Growing and possessing cannabis is illegal in Swaziland under the country’s colonial-era Opium and Habit Forming Drugs Act of 1922, says Daniel Moloi, a Swaziland human rights lawyer. However, Swaziland is warming up to legalization and has already made tentative steps towards that direction: giving a 10-year lease in 2019 to Profile Solutions, an American firm, to operate a processing plant and grow medical cannabis and hemp for the niche medical market.

‘The thing that we fear is soon becoming a reality,’ says Gadi Mabopane, secretary of the Native Swaziland Cannabis Growers, a union representing the interests of the country’s unlicensed cannabis growers. The Native Swaziland Cannabis Growers are lobbying the Swaziland monarchy and government to make sure that if legalization occurs, 50% of cultivation farmland will be reserved for formerly unregistered growers like the grandmas who already dabble in cannabis under the table.

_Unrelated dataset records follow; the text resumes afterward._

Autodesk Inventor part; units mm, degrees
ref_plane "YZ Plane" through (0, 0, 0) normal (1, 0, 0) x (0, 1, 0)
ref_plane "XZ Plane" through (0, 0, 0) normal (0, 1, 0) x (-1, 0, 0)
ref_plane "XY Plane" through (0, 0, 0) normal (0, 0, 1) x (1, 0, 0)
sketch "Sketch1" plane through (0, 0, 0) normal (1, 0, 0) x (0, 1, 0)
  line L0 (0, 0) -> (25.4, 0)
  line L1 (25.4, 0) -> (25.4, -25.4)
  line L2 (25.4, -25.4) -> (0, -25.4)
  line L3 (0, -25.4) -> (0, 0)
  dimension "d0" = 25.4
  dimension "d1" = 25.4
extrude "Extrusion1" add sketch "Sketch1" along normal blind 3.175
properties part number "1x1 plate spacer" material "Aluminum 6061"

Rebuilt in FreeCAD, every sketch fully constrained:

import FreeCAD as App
import Part
import Sketcher
from FreeCAD import Vector
Q = App.Units.Quantity

doc = App.newDocument("Part")
body = doc.addObject("PartDesign::Body", "Body")

# Sketch on YZ plane
sketch1 = body.newObject("Sketcher::SketchObject", "Sketch")
sketch1.AttachmentSupport = (doc.getObject("YZ_Plane"), [""])
sketch1.MapMode = "FlatFace"
sketch1.addGeometry([
    Part.LineSegment(Vector(25, 0, 0), Vector(0, 0, 0)),
    Part.LineSegment(Vector(0, 0, 0), Vector(0, -25, 0)),
    Part.LineSegment(Vector(0, -25, 0), Vector(25, -25, 0)),
    Part.LineSegment(Vector(25, -25, 0), Vector(25, 0, 0)),
], False)
sketch1.addConstraint([
    Sketcher.Constraint("Coincident", 0, 2, 1, 1),
    Sketcher.Constraint("Coincident", 1, 2, 2, 1),
    Sketcher.Constraint("Coincident", 2, 2, 3, 1),
    Sketcher.Constraint("Coincident", 3, 2, 0, 1),
    Sketcher.Constraint("Horizontal", 0),
    Sketcher.Constraint("Vertical", 1),
    Sketcher.Constraint("Horizontal", 2),
    Sketcher.Constraint("Vertical", 3),
    Sketcher.Constraint("Coincident", 0, 2, -1, 1),
    Sketcher.Constraint("Equal", 2, 1),
    Sketcher.Constraint("DistanceX", 0, 2, 0, 1, Q("1 in")),
])
pad1 = body.newObject("PartDesign::Pad", "Pad")
pad1.Profile = sketch1
pad1.Length = Q("0.125 in")

doc.recompute()
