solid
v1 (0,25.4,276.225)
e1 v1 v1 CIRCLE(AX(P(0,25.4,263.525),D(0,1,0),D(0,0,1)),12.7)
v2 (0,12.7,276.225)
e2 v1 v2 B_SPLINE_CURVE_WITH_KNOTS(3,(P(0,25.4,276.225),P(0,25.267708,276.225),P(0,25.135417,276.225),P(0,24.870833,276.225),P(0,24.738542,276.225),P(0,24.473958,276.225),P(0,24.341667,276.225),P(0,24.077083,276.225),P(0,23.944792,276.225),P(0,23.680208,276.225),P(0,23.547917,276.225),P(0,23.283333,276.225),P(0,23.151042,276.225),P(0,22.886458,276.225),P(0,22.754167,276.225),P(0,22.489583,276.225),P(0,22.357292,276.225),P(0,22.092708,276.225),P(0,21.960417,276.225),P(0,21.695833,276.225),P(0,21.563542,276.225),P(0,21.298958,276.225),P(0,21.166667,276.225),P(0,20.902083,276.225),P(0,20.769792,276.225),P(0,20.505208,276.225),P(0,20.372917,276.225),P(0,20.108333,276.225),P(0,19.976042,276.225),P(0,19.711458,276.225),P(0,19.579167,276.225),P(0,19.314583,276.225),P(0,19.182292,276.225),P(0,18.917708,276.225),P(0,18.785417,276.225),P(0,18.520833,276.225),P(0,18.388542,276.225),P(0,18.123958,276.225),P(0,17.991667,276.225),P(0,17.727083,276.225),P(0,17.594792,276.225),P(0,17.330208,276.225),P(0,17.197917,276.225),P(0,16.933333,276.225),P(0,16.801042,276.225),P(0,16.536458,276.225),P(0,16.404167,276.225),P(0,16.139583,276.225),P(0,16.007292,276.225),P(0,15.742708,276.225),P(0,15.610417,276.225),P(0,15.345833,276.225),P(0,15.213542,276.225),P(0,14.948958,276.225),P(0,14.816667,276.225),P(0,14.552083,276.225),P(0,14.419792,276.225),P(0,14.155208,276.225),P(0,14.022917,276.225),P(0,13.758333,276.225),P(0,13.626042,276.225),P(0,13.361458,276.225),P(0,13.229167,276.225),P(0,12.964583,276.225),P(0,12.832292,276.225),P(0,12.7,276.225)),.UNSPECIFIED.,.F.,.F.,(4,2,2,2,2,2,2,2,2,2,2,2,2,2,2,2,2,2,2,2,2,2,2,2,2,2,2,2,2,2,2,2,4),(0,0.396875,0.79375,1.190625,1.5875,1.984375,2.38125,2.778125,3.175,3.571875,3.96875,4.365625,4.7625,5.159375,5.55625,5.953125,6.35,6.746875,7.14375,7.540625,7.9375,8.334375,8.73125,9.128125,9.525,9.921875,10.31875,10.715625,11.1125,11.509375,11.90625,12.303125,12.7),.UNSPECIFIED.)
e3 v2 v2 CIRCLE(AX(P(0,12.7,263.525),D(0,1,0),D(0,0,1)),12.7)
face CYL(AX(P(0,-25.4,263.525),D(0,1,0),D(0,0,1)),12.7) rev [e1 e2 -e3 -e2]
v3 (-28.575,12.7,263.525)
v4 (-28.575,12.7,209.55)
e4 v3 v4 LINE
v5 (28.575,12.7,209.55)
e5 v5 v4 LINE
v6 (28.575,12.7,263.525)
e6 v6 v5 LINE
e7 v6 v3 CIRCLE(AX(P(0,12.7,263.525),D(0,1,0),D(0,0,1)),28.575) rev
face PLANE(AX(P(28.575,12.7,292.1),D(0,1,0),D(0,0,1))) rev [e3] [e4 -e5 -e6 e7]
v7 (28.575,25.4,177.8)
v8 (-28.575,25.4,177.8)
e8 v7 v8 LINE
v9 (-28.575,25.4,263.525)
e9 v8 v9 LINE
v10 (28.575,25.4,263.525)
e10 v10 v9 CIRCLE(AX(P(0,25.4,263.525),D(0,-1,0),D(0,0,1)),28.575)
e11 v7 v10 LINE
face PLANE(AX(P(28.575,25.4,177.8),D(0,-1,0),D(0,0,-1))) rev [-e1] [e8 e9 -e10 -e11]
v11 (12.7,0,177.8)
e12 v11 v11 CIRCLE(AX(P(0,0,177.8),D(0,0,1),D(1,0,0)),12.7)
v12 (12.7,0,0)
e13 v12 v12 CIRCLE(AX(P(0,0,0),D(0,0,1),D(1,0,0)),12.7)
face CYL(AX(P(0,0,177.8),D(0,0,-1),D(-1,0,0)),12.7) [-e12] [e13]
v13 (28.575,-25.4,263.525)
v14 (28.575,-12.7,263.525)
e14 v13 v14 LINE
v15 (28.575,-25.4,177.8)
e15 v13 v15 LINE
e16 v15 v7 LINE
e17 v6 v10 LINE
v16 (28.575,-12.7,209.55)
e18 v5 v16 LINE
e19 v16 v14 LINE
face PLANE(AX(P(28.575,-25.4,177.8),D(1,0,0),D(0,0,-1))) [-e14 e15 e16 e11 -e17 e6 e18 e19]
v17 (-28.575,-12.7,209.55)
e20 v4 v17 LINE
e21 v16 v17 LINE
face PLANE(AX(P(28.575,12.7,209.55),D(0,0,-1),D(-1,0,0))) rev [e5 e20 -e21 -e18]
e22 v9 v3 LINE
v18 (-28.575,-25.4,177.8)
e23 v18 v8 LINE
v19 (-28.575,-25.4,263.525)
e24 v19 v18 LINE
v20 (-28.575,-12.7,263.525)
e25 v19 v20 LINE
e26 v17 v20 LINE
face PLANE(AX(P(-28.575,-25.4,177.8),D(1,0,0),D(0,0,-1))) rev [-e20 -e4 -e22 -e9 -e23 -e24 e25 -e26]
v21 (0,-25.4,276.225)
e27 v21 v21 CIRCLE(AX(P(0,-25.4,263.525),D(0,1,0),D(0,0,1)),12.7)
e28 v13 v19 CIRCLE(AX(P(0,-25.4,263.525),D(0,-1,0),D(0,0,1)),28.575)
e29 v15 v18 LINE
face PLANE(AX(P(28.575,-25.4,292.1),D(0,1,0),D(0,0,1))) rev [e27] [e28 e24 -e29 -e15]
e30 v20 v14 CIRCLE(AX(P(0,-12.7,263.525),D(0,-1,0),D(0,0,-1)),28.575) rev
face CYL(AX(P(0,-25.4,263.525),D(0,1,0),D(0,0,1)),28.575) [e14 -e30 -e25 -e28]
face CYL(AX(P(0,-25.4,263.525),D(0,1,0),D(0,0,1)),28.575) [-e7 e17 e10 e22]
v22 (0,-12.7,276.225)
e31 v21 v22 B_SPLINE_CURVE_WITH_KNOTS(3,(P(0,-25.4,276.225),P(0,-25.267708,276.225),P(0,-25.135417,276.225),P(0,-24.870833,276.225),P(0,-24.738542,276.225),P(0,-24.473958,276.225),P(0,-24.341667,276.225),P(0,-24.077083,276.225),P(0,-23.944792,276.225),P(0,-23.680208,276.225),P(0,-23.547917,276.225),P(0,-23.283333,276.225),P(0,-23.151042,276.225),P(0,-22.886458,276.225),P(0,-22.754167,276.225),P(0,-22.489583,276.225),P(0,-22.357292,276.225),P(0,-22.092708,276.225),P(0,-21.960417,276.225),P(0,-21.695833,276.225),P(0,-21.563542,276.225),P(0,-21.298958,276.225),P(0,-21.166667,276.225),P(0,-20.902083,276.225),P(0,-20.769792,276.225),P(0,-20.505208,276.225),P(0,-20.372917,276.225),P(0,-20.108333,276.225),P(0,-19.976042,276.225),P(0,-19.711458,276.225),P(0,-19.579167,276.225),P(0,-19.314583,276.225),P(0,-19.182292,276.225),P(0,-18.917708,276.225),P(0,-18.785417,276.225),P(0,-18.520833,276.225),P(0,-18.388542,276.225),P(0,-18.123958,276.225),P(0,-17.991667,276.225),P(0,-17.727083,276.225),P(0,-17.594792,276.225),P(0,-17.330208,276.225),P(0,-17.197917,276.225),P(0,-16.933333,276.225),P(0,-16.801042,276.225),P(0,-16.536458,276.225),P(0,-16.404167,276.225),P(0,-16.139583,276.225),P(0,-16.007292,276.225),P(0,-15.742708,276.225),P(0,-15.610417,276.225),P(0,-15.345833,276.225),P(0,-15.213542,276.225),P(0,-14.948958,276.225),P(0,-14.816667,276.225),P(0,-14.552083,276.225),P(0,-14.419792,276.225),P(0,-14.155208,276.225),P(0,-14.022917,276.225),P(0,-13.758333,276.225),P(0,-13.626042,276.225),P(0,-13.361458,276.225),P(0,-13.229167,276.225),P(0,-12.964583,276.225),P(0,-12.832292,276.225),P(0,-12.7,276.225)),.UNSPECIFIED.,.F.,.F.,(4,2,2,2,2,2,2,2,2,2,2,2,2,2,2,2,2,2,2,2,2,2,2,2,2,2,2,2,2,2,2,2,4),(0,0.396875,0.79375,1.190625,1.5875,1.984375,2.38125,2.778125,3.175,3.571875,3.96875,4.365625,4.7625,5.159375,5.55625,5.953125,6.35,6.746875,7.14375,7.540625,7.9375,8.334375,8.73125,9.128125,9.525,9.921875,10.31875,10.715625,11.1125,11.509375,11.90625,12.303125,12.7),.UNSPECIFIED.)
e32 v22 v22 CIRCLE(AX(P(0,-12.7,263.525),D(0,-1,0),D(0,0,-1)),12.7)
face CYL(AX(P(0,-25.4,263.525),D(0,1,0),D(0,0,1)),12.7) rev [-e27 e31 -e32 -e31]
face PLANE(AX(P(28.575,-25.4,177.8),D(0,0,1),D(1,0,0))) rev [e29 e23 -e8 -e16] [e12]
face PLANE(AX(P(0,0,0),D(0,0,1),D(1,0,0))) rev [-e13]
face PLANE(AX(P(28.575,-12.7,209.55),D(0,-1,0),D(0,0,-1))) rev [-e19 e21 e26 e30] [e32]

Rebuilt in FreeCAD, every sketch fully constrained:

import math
import FreeCAD as App
import Part
import Sketcher

V = App.Vector
Q = App.Units.Quantity


def add_polygon(sketch, points):
    """Adds a closed chain of lines whose ends are joined by coincident constraints."""
    first, n = sketch.GeometryCount, len(points)
    for a, b in zip(points, points[1:] + points[:1]):
        sketch.addGeometry(Part.LineSegment(App.Vector(*a, 0), App.Vector(*b, 0)), False)
    for i in range(n):
        sketch.addConstraint(Sketcher.Constraint("Coincident", first + i, 2, first + (i + 1) % n, 1))

doc = App.newDocument("Part")
body = doc.addObject("PartDesign::Body", "Body")

# Sketch on XY plane
sketch1 = body.newObject("Sketcher::SketchObject", "Sketch")
sketch1.AttachmentSupport = (doc.getObject("XY_Plane"), [""])
sketch1.MapMode = "FlatFace"
sketch1.addGeometry(Part.Circle(V(0, 0, 0), V(0, 0, 1), 13), False)
sketch1.addConstraint(Sketcher.Constraint("Coincident", 0, 3, -1, 1))
sketch1.addConstraint(Sketcher.Constraint("Diameter", 0, Q("1 in")))
pad1 = body.newObject("PartDesign::Pad", "Pad")
pad1.Profile = sketch1
pad1.Length = Q("7 in")

# Sketch on YZ plane
sketch2 = body.newObject("Sketcher::SketchObject", "Sketch001")
sketch2.AttachmentSupport = (doc.getObject("YZ_Plane"), [""])
sketch2.MapMode = "FlatFace"
add_polygon(sketch2, [(-25, 178), (25, 178), (25, 292), (13, 292), (13, 210), (-13, 210), (-13, 292), (-25, 292)])  # lines 0-7
sketch2.addConstraint(Sketcher.Constraint("Horizontal", 0))
sketch2.addConstraint(Sketcher.Constraint("Vertical", 1))
sketch2.addConstraint(Sketcher.Constraint("Horizontal", 2))
sketch2.addConstraint(Sketcher.Constraint("Vertical", 3))
sketch2.addConstraint(Sketcher.Constraint("Horizontal", 4))
sketch2.addConstraint(Sketcher.Constraint("Vertical", 5))
sketch2.addConstraint(Sketcher.Constraint("Horizontal", 6))
sketch2.addConstraint(Sketcher.Constraint("Vertical", 7))
sketch2.addConstraint(Sketcher.Constraint("Symmetric", 2, 2, 5, 2, -2))
sketch2.addConstraint(Sketcher.Constraint("Equal", 2, 6))
sketch2.addConstraint(Sketcher.Constraint("DistanceX", 0, 1, 0, 2, Q("2 in")))
sketch2.addConstraint(Sketcher.Constraint("DistanceX", 4, 2, 4, 1, Q("1 in")))
sketch2.addConstraint(Sketcher.Constraint("DistanceY", 1, 1, 1, 2, Q("4.5 in")))
sketch2.addConstraint(Sketcher.Constraint("DistanceY", -1, 1, 0, 2, Q("7 in")))
sketch2.addConstraint(Sketcher.Constraint("DistanceY", 3, 2, 3, 1, Q("3.25 in")))
pad2 = body.newObject("PartDesign::Pad", "Pad001")
pad2.Profile = sketch2
pad2.Length = Q("2.25 in")
pad2.Midplane = True

# Sketch on XZ plane
sketch3 = body.newObject("Sketcher::SketchObject", "Sketch002")
sketch3.AttachmentSupport = (doc.getObject("XZ_Plane"), [""])
sketch3.MapMode = "FlatFace"
sketch3.AttachmentOffset = App.Placement(V(0, 0, -1 * 25.4), App.Rotation())
sketch3.addGeometry(Part.Circle(V(0, 264, 0), V(0, 0, 1), 13), False)
sketch3.addGeometry(Part.LineSegment(V(-29, 264, 0), V(-29, 314, 0)), False)
sketch3.addGeometry(Part.LineSegment(V(-29, 314, 0), V(29, 314, 0)), False)
sketch3.addGeometry(Part.LineSegment(V(29, 314, 0), V(29, 264, 0)), False)
sketch3.addGeometry(Part.ArcOfCircle(Part.Circle(V(0, 264, 0), V(0, 0, 1), 29), math.radians(0), math.radians(180)), False)
sketch3.addConstraint(Sketcher.Constraint("Coincident", 1, 2, 2, 1))
sketch3.addConstraint(Sketcher.Constraint("Coincident", 2, 2, 3, 1))
sketch3.addConstraint(Sketcher.Constraint("Tangent", 3, 2, 4, 1))
sketch3.addConstraint(Sketcher.Constraint("Tangent", 4, 2, 1, 1))
sketch3.addConstraint(Sketcher.Constraint("Vertical", 1))
sketch3.addConstraint(Sketcher.Constraint("Horizontal", 2))
sketch3.addConstraint(Sketcher.Constraint("Vertical", 3))
sketch3.addConstraint(Sketcher.Constraint("Coincident", 4, 3, 0, 3))
sketch3.addConstraint(Sketcher.Constraint("PointOnObject", 0, 3, -2))
sketch3.addConstraint(Sketcher.Constraint("Diameter", 0, Q("1 in")))
sketch3.addConstraint(Sketcher.Constraint("DistanceY", 1, 1, 1, 2, Q("2 in")))
sketch3.addConstraint(Sketcher.Constraint("Radius", 4, Q("1.125 in")))
sketch3.addConstraint(Sketcher.Constraint("DistanceY", -1, 1, 0, 3, Q("10.375 in")))
pocket1 = body.newObject("PartDesign::Pocket", "Pocket")
pocket1.Profile = sketch3
pocket1.Type = "ThroughAll"
pocket1.Reversed = True

doc.recompute()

‘The moment cannabis gets the green light in Swaziland, I tell you big corporations from South Africa will snap up farmlands. The grandmas who already grow cannabis for decades will be forced to become farm laborers, and abandon their small family cannabis plots,’ Mabopane says.

Police raids triple
In June 2018, the King of Swaziland brought to life the country’s Prevention of Organized Crime Act and it was gazetted into law. One of its main targets is the native cannabis growers, like Grandmother Khumalo. Police raids of cannabis fields whereby herbicides are sprayed on budding crops, have tripled, says Swaziland Cannabis Association chair Saladin Magagula.

The motive of creeping legalization and ring-fencing the market is to help giant foreign cannabis corporations that are snapping up licenses to grow medicinal cannabis in Swaziland and kick out the competition of Indigenous small-scale growers. For example, Stem Holdings, an American company, announced in 2019 that it had obtained ‘ preliminary approval to become the only licensed growing farm and processing plant for medical cannabis and industrial hemp in The Kingdom of eSwatini for a minimum of 10 years. The corporation would be ‘the exclusive exporter within eSwatini for hemp and medical cannabis worldwide’.

‘It’s an unfair deal that benefits American cannabis corporations and lines the pocket Swaziland Royal family but criminalizes old grandmothers who have grown cannabis for decades. That’s the cost of corporate-led legalization of cannabis in Swaziland,’ summed Sipho Maseko, the cannabis trade unionist.